Can the “Best” Divemasters come from the “Worst” Divers?

30 May

Perhaps an instructor’s most important role is training fellow dive professionals; running a PADI® Divemaster course, as the book succinctly says, demands nothing less than your best effort. Ditto for the DM candidates.

Speaking of effort, a recent candidate got me thinking about what it takes to make a really great PADI Divemaster. This person had to work hard at every step of the journey to PADI professional. Throughout the progression, from Open Water, to Advanced Open Water and Rescue, nothing came easy, but equally, nothing was allowed to get in the way. Often, skills had to be practiced time and time again to develop mastery; sometimes even to the consternation of fellow candidates who flew through the required skills and exercises. This was real world affirmation of the benefits of performance-based training.

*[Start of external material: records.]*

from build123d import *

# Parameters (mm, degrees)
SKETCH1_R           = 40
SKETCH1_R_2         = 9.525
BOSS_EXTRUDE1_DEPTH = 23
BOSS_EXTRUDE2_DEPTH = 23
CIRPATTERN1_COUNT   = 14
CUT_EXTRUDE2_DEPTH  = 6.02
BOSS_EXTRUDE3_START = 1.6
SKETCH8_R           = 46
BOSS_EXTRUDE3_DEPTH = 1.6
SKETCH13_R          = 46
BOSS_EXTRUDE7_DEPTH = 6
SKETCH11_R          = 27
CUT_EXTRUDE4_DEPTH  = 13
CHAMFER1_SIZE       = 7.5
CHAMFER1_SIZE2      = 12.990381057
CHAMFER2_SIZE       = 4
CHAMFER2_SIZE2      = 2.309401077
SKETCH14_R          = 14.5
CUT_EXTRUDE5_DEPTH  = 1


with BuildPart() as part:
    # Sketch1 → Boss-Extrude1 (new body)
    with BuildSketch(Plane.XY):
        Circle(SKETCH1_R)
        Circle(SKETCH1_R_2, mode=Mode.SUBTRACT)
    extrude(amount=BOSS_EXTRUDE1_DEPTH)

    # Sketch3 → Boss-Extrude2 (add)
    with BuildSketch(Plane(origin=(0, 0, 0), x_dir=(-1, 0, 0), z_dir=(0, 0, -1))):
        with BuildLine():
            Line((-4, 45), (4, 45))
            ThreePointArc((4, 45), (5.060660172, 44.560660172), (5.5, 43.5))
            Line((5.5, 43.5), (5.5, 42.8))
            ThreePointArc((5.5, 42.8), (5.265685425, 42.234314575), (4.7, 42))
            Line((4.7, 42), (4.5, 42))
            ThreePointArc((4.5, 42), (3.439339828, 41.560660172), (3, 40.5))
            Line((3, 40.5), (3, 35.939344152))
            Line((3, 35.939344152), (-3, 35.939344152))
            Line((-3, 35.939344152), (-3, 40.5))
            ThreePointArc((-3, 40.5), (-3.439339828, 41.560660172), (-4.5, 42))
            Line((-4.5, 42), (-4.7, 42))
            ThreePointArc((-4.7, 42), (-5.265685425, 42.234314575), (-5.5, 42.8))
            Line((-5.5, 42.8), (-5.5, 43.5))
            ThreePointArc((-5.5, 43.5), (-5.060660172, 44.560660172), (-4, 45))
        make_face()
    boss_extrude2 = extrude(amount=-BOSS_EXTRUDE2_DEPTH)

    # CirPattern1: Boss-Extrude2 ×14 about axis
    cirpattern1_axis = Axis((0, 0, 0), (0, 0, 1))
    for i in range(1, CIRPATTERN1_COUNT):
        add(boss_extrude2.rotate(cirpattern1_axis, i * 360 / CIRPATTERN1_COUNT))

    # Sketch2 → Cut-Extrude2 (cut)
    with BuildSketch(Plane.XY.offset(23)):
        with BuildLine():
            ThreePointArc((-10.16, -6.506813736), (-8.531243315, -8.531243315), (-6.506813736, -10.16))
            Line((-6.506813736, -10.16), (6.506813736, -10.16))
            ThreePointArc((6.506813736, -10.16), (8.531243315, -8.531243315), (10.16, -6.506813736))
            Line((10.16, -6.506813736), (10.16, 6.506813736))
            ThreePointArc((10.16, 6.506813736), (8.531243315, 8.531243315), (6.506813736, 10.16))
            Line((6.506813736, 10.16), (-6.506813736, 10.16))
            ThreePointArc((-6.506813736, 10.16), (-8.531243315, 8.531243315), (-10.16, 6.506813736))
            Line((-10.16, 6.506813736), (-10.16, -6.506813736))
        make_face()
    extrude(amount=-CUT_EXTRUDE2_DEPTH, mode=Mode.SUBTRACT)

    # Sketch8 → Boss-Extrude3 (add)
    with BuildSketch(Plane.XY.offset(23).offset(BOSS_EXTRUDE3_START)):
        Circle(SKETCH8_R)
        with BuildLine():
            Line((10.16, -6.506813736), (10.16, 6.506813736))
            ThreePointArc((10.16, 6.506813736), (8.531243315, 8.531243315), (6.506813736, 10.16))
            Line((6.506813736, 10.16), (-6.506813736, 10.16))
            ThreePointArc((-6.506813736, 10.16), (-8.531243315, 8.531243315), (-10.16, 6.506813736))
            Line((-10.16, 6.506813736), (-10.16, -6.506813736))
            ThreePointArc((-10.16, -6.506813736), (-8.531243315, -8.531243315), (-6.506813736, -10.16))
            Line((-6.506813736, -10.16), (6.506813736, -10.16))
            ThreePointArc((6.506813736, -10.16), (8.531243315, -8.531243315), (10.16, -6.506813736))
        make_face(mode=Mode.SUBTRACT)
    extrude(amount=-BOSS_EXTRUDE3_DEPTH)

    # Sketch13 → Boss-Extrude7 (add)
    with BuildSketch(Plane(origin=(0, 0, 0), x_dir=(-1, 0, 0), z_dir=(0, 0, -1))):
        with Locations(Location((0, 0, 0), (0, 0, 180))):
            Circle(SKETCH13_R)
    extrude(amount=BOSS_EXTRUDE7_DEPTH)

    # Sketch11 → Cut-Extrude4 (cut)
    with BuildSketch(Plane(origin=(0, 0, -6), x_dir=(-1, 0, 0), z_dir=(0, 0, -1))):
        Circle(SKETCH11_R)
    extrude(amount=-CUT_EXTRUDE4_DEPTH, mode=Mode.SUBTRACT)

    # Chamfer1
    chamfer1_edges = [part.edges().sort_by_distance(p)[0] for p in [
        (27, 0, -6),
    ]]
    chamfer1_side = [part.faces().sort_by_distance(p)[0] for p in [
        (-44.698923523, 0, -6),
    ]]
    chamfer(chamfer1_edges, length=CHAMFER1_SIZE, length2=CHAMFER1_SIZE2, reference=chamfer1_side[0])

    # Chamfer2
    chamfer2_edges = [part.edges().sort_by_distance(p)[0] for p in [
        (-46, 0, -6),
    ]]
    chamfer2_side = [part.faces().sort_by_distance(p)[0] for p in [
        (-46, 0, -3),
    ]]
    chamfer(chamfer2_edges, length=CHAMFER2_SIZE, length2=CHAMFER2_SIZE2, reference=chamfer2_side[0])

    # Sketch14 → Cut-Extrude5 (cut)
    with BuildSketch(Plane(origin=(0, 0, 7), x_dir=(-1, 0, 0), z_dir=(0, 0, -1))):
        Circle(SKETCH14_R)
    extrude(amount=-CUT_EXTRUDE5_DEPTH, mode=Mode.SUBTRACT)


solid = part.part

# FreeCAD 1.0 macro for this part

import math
import FreeCAD as App
import Part
import Sketcher


def edges_at(feature, points):
    """Names of the edges that pass closest to the given points."""
    edges = feature.Shape.Edges
    near = lambda p: min(range(len(edges)), key=lambda i: edges[i].distToShape(Part.Vertex(*p))[0])
    return sorted({f"Edge{near(p) + 1}" for p in points})

doc = App.newDocument("Part")
params = doc.addObject("Spreadsheet::Sheet", "Params")
for row, (alias, value) in enumerate([
    ("sketch1_diameter", "80 mm"),
    ("sketch1_diameter2", "19.05 mm"),
    ("pad1_length", "23 mm"),
    ("sketch2_radius", "1.5 mm"),
    ("sketch2_radius2", "0.8 mm"),
    ("sketch2_width", "8 mm"),
    ("sketch2_width2", "6 mm"),
    ("sketch2_height", "0.7 mm"),
    ("pad2_length", "23 mm"),
    ("pocket1_length", "6.02 mm"),
    ("sketch4_diameter", "92 mm"),
    ("pad3_length", "1.6 mm"),
    ("sketch5_diameter", "92 mm"),
    ("pad4_length", "6 mm"),
    ("sketch6_diameter", "54 mm"),
    ("pocket2_length", "13 mm"),
    ("chamfer_size", "7.5 mm"),
    ("chamfer_size2", "12.990381 mm"),
    ("chamfer2_size", "4 mm"),
    ("chamfer2_size2", "2.309401 mm"),
    ("sketch7_diameter", "29 mm"),
    ("pocket3_length", "1 mm"),
], start=1):
    params.set(f"A{row}", alias)
    params.set(f"B{row}", "=" + value)
    params.setAlias(f"B{row}", alias)

body = doc.addObject("PartDesign::Body", "Body")

# Sketch on XY plane
sketch1 = doc.addObject("Sketcher::SketchObject", "Sketch")
body.addObject(sketch1)
sketch1.AttachmentSupport = (doc.XY_Plane, [""])
sketch1.MapMode = "FlatFace"
sketch1.addGeometry([
    Part.Circle(App.Vector(0, 0, 0), App.Vector(0, 0, 1), 40),
    Part.Circle(App.Vector(0, 0, 0), App.Vector(0, 0, 1), 10),
], False)
sketch1.addConstraint([
    Sketcher.Constraint("Coincident", 0, 3, -1, 1),
    Sketcher.Constraint("Coincident", 1, 3, -1, 1),
    Sketcher.Constraint("Diameter", 0, 80.0),
    Sketcher.Constraint("Diameter", 1, 19.05),
])
sketch1.setExpression("Constraints[2]", "Params.sketch1_diameter")
sketch1.setExpression("Constraints[3]", "Params.sketch1_diameter2")
pad1 = doc.addObject("PartDesign::Pad", "Pad")
body.addObject(pad1)
pad1.Profile = sketch1
pad1.setExpression("Length", "Params.pad1_length")

# Sketch on XY plane
sketch2 = doc.addObject("Sketcher::SketchObject", "Sketch001")
body.addObject(sketch2)
sketch2.AttachmentSupport = (doc.XY_Plane, [""])
sketch2.MapMode = "FlatFace"
sketch2.addGeometry([
    Part.LineSegment(App.Vector(-4, 45, 0), App.Vector(4, 45, 0)),  # 0
    Part.ArcOfCircle(Part.Circle(App.Vector(4, 43.5, 0), App.Vector(0, 0, 1), 1.5), math.radians(0), math.radians(90)),  # 1
    Part.LineSegment(App.Vector(5.5, 43.5, 0), App.Vector(5.5, 42.8, 0)),  # 2
    Part.ArcOfCircle(Part.Circle(App.Vector(4.7, 42.8, 0), App.Vector(0, 0, 1), 0.8), math.radians(-90), math.radians(0)),  # 3
    Part.LineSegment(App.Vector(4.7, 42, 0), App.Vector(4.5, 42, 0)),  # 4
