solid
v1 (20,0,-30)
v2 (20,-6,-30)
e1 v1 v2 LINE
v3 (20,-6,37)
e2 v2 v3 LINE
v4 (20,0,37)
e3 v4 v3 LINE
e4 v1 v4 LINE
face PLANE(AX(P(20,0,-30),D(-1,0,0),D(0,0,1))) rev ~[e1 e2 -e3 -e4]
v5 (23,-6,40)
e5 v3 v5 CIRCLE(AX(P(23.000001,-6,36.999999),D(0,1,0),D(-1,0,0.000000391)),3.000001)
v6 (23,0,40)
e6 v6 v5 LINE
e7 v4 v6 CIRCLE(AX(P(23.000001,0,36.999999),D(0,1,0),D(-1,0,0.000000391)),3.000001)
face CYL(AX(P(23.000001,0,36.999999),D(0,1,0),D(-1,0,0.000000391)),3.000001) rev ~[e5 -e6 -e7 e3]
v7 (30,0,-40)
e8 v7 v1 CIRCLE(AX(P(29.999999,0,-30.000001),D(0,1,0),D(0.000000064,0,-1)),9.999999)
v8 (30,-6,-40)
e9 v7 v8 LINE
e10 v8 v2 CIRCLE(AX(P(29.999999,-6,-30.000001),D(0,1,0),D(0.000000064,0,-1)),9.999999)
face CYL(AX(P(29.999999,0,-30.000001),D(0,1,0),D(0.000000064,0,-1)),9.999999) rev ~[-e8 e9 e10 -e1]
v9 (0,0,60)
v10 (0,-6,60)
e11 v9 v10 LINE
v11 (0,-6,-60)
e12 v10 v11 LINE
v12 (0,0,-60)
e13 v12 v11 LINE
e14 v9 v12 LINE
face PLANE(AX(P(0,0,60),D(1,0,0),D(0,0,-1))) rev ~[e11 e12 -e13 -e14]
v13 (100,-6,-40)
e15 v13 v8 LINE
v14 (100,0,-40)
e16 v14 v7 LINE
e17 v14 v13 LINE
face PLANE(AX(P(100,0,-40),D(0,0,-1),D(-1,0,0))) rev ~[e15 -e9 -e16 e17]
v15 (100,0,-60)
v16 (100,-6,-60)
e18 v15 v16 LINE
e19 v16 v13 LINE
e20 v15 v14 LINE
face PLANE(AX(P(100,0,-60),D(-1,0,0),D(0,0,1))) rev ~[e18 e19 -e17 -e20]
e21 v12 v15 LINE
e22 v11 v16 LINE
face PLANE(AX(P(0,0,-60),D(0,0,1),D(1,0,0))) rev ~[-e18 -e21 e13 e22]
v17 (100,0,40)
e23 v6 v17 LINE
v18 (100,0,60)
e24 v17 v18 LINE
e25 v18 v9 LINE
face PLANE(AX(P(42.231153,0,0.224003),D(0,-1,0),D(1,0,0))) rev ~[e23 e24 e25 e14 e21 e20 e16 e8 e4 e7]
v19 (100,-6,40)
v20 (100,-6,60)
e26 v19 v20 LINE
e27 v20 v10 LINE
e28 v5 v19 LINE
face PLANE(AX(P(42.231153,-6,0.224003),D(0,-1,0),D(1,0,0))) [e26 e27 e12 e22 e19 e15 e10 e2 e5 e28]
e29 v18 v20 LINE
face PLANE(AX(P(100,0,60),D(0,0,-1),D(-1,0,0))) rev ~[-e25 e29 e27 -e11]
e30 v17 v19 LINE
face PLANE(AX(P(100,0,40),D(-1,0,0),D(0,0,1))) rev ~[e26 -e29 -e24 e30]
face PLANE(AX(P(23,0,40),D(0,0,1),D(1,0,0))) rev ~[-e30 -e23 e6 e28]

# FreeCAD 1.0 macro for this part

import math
import FreeCAD as App
import Part
import Sketcher
from FreeCAD import Vector

doc = App.newDocument("Part")
body = doc.addObject("PartDesign::Body", "Body")

# Sketch on XZ plane
sketch1 = body.newObject("Sketcher::SketchObject", "Sketch")
sketch1.AttachmentSupport = (doc.getObject("XZ_Plane"), [""])
sketch1.MapMode = "FlatFace"
sketch1.addGeometry([
    Part.LineSegment(Vector(100, 60, 0), Vector(0, 60, 0)),  # 0
    Part.LineSegment(Vector(0, 60, 0), Vector(0, -60, 0)),  # 1
    Part.LineSegment(Vector(0, -60, 0), Vector(100, -60, 0)),  # 2
    Part.LineSegment(Vector(100, -60, 0), Vector(100, -40, 0)),  # 3
    Part.LineSegment(Vector(100, -40, 0), Vector(30, -40, 0)),  # 4
    Part.ArcOfCircle(Part.Circle(Vector(30, -30, 0), Vector(0, 0, 1), 10), math.radians(180), math.radians(270)),  # 5
    Part.LineSegment(Vector(20, -30, 0), Vector(20, 37, 0)),  # 6
    Part.ArcOfCircle(Part.Circle(Vector(23, 37, 0), Vector(0, 0, 1), 3), math.radians(90), math.radians(180)),  # 7
    Part.LineSegment(Vector(23, 40, 0), Vector(100, 40, 0)),  # 8
    Part.LineSegment(Vector(100, 40, 0), Vector(100, 60, 0)),  # 9
], False)
sketch1.addConstraint([
    Sketcher.Constraint("Coincident", 0, 2, 1, 1),
    Sketcher.Constraint("Coincident", 1, 2, 2, 1),
    Sketcher.Constraint("Coincident", 2, 2, 3, 1),
    Sketcher.Constraint("Coincident", 3, 2, 4, 1),
    Sketcher.Constraint("Tangent", 4, 2, 5, 2),
    Sketcher.Constraint("Tangent", 5, 1, 6, 1),
    Sketcher.Constraint("Tangent", 6, 2, 7, 2),
    Sketcher.Constraint("Tangent", 7, 1, 8, 1),
    Sketcher.Constraint("Coincident", 8, 2, 9, 1),
    Sketcher.Constraint("Coincident", 9, 2, 0, 1),
    Sketcher.Constraint("Horizontal", 0),
    Sketcher.Constraint("Vertical", 1),
    Sketcher.Constraint("Horizontal", 2),
    Sketcher.Constraint("Vertical", 3),
    Sketcher.Constraint("Horizontal", 4),
    Sketcher.Constraint("Vertical", 6),
    Sketcher.Constraint("Horizontal", 8),
    Sketcher.Constraint("Vertical", 9),
    Sketcher.Constraint("Symmetric", 0, 2, 1, 2, -1, 1),
    Sketcher.Constraint("Symmetric", 3, 2, 8, 2, -1),
    Sketcher.Constraint("Radius", 5, 9.999999),
    Sketcher.Constraint("Radius", 7, 3.000001),
    Sketcher.Constraint("DistanceX", 0, 2, 0, 1, 100.0),
    Sketcher.Constraint("DistanceX", 4, 2, 4, 1, 70.0),
    Sketcher.Constraint("DistanceY", 1, 2, 1, 1, 120.0),
    Sketcher.Constraint("DistanceY", 3, 1, 3, 2, 20.0),
])
pad1 = body.newObject("PartDesign::Pad", "Pad")
pad1.Profile = sketch1
pad1.Length = 6

doc.recompute()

It wasn’t easy for the DM training staff either; they had to put in extra effort too. From counseling sessions to restore confidence when if flagged to the extra time needed to make sure skills were performed comfortably and confidently, the trainers went the extra mile. What was notable in this context was how willing and selfless they were in response to the tremendous efforts the candidate made.

The end result was that, with considerable time and effort, and constant good humor, this candidate prevailed and I have yet to meet someone who was more delighted with success. But the best was yet to come. I think, more than anything, it is the inherent understanding of the challenges people sometimes face and overcome while learning new dive skills, and the consequent empathy, that helped this new PADI Divemaster really blossom and become an invaluable and committed dive shop team member and one of the most popular PADI Divemasters with customers.

For those involved with professional development, and that should include all PADI Members, the basic message is clear. Sometimes it takes a bit of extra effort to help a DM (or other) candidate succeed. But work hard with people who try hard and the rewards can be worth it.

One Response to “Can the “Best” Divemasters come from the “Worst” Divers?”

  1. Dave George June 9, 2017 at 11:25 pm #

    Great article. Many years ago I had an older female student that I taught to swim so that she could enrol for an open water course. She was very challenging to teach and we decided that she needed one-on-one training. She struggled with the usual skills, especially mask and buoyancy, but was extremely determined and eventually passed. We went on to do AOW to ensure that she retained the skills, improved her buoyancy and became an independent diver and good buddy. 5 years later (and at the ripe age of 60) I heard that she was back in the UK and had just achieved her Divemaster certification!